Core Concepts
The proposed FedACG algorithm improves the consistency across clients and facilitates the convergence of the server model by broadcasting a global model with a lookahead gradient, enabling clients to perform local updates along the trajectory of the global gradient. FedACG also regularizes local updates by aligning each client with the overshot global model to reduce bias and improve the stability of the algorithm.
Abstract
The paper proposes a novel federated learning algorithm called Federated Averaging with Accelerated Client Gradient (FedACG) to address the challenges of high heterogeneity in training data distributed over clients and limited client participation rates in federated learning.
Key highlights:
FedACG transmits the global model integrated with the global momentum as a single message, allowing each client to perform local updates along the landscape of the global loss function. This approach reduces the gap between global and local losses.

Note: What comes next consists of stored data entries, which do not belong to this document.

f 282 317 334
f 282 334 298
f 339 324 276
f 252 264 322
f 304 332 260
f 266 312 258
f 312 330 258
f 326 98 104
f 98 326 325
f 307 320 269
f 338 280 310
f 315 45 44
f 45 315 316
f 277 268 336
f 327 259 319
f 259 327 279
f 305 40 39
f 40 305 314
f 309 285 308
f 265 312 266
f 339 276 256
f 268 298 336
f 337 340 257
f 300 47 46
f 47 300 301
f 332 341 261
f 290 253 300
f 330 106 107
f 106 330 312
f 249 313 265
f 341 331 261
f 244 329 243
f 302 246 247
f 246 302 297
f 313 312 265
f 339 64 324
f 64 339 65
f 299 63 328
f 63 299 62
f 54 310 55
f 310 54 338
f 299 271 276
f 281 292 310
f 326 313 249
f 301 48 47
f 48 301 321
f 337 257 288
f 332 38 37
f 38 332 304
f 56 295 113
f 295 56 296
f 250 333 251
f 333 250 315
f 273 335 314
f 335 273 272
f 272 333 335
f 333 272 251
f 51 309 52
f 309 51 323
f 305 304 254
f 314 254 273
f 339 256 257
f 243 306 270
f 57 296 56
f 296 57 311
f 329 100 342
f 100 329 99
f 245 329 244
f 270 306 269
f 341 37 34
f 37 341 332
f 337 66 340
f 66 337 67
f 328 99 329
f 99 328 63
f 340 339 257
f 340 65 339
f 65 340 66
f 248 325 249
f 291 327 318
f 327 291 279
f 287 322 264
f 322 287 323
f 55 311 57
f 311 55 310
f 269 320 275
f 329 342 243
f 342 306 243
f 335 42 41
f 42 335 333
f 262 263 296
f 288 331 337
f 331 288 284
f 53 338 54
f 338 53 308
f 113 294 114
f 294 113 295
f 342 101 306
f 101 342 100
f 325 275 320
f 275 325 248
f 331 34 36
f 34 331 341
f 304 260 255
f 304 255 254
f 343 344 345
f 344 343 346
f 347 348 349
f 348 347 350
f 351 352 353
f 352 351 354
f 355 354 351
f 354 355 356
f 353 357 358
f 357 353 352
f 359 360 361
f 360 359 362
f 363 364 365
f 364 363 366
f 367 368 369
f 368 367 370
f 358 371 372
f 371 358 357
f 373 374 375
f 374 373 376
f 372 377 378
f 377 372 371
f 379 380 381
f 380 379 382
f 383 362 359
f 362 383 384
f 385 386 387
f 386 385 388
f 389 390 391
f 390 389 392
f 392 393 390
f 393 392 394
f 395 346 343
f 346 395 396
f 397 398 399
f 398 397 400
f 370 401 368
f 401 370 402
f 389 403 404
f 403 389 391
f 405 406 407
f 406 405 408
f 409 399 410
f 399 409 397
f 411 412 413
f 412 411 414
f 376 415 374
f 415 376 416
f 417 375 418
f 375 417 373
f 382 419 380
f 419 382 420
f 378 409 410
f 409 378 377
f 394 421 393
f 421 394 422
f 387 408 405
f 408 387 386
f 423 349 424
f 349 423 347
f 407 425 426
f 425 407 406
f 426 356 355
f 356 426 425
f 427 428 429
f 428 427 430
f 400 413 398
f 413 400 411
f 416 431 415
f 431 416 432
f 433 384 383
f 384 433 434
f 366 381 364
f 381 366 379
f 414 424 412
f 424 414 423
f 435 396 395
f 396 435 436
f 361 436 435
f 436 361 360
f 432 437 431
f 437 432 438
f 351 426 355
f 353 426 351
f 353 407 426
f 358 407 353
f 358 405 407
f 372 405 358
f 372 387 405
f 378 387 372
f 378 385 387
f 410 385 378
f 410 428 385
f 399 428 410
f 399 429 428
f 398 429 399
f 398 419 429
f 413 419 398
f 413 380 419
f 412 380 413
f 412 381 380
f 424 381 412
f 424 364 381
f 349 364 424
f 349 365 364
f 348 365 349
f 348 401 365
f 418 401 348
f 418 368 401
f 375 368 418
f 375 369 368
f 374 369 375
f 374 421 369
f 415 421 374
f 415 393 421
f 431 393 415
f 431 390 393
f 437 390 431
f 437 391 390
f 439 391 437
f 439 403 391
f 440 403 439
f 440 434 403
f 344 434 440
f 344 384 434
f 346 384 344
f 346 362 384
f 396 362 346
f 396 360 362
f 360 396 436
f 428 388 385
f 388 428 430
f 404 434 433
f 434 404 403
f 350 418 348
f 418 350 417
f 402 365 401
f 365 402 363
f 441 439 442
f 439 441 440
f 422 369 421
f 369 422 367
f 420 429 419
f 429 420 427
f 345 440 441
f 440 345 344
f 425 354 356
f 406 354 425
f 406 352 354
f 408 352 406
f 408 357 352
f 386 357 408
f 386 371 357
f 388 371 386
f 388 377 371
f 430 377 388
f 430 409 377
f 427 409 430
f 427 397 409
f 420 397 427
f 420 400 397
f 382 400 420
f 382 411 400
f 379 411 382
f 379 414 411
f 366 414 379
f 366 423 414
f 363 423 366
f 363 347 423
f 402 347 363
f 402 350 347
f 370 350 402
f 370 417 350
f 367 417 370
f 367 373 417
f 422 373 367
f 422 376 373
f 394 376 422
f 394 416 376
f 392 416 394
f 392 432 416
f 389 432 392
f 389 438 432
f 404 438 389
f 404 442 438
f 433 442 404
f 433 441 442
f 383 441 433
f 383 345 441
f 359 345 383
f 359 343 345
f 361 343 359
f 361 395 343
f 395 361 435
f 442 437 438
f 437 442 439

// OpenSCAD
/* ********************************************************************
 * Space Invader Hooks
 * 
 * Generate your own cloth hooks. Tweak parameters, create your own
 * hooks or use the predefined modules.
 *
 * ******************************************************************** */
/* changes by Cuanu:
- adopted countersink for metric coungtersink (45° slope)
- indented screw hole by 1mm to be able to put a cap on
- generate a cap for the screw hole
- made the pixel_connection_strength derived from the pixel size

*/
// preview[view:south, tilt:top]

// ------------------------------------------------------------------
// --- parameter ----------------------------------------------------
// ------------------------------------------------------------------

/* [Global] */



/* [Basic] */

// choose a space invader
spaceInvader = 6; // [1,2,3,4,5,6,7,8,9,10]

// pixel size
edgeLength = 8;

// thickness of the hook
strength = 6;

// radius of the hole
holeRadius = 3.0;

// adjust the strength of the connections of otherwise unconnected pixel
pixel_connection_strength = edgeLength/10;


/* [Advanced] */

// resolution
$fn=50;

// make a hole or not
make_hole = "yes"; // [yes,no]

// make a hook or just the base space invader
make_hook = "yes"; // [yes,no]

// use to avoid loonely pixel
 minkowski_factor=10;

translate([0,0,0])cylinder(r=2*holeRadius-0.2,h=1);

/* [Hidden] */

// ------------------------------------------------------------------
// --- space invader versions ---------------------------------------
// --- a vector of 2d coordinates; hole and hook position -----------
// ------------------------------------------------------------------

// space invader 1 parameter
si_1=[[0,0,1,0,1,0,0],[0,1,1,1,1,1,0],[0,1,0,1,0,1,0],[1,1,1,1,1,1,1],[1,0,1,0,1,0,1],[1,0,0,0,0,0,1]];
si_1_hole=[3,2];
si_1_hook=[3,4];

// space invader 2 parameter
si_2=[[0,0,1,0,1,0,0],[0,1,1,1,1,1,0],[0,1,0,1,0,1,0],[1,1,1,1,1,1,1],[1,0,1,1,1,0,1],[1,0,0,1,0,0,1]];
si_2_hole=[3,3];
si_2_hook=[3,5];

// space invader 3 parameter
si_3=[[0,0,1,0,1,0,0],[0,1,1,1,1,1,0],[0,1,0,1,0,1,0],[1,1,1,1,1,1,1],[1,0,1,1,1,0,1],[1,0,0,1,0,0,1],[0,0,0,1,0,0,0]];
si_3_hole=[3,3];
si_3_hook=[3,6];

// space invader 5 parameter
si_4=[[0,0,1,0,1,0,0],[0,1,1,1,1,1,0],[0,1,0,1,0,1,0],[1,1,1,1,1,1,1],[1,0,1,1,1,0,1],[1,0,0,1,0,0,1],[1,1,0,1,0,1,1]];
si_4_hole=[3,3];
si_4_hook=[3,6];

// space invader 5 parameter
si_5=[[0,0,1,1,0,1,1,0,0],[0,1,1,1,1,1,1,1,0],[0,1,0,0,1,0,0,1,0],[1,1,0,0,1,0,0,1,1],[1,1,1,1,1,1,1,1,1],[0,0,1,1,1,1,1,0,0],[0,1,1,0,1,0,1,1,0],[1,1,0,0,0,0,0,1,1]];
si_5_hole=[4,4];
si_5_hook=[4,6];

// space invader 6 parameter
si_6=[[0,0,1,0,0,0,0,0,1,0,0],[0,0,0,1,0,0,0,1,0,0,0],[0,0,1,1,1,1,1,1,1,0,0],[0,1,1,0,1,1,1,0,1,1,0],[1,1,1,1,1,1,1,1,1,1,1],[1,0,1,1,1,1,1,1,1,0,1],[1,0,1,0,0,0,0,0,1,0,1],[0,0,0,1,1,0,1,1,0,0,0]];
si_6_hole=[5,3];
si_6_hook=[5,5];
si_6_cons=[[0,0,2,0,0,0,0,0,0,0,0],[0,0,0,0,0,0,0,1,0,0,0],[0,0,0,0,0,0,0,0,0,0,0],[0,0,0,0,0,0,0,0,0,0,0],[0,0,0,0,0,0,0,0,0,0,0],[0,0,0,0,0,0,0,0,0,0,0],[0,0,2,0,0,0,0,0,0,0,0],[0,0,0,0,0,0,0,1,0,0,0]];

FedACG adds a regularization term in the objective function of clients to make the local gradients more consistent across clients, further improving the stability of the algorithm.
FedACG is free from additional communication costs, extra computation in the server, and memory overhead of clients, making it suitable for real-world federated learning settings.
FedACG demonstrates outstanding performance in terms of communication efficiency and robustness to client heterogeneity, especially with low client participation rates, outperforming state-of-the-art federated learning methods.
The authors provide a theoretical convergence analysis of FedACG for non-convex loss functions, matching the best convergence rate of existing federated learning methods.
Stats
The paper does not contain any explicit numerical data or statistics to support the key logics. The results are presented in the form of accuracy and communication rounds.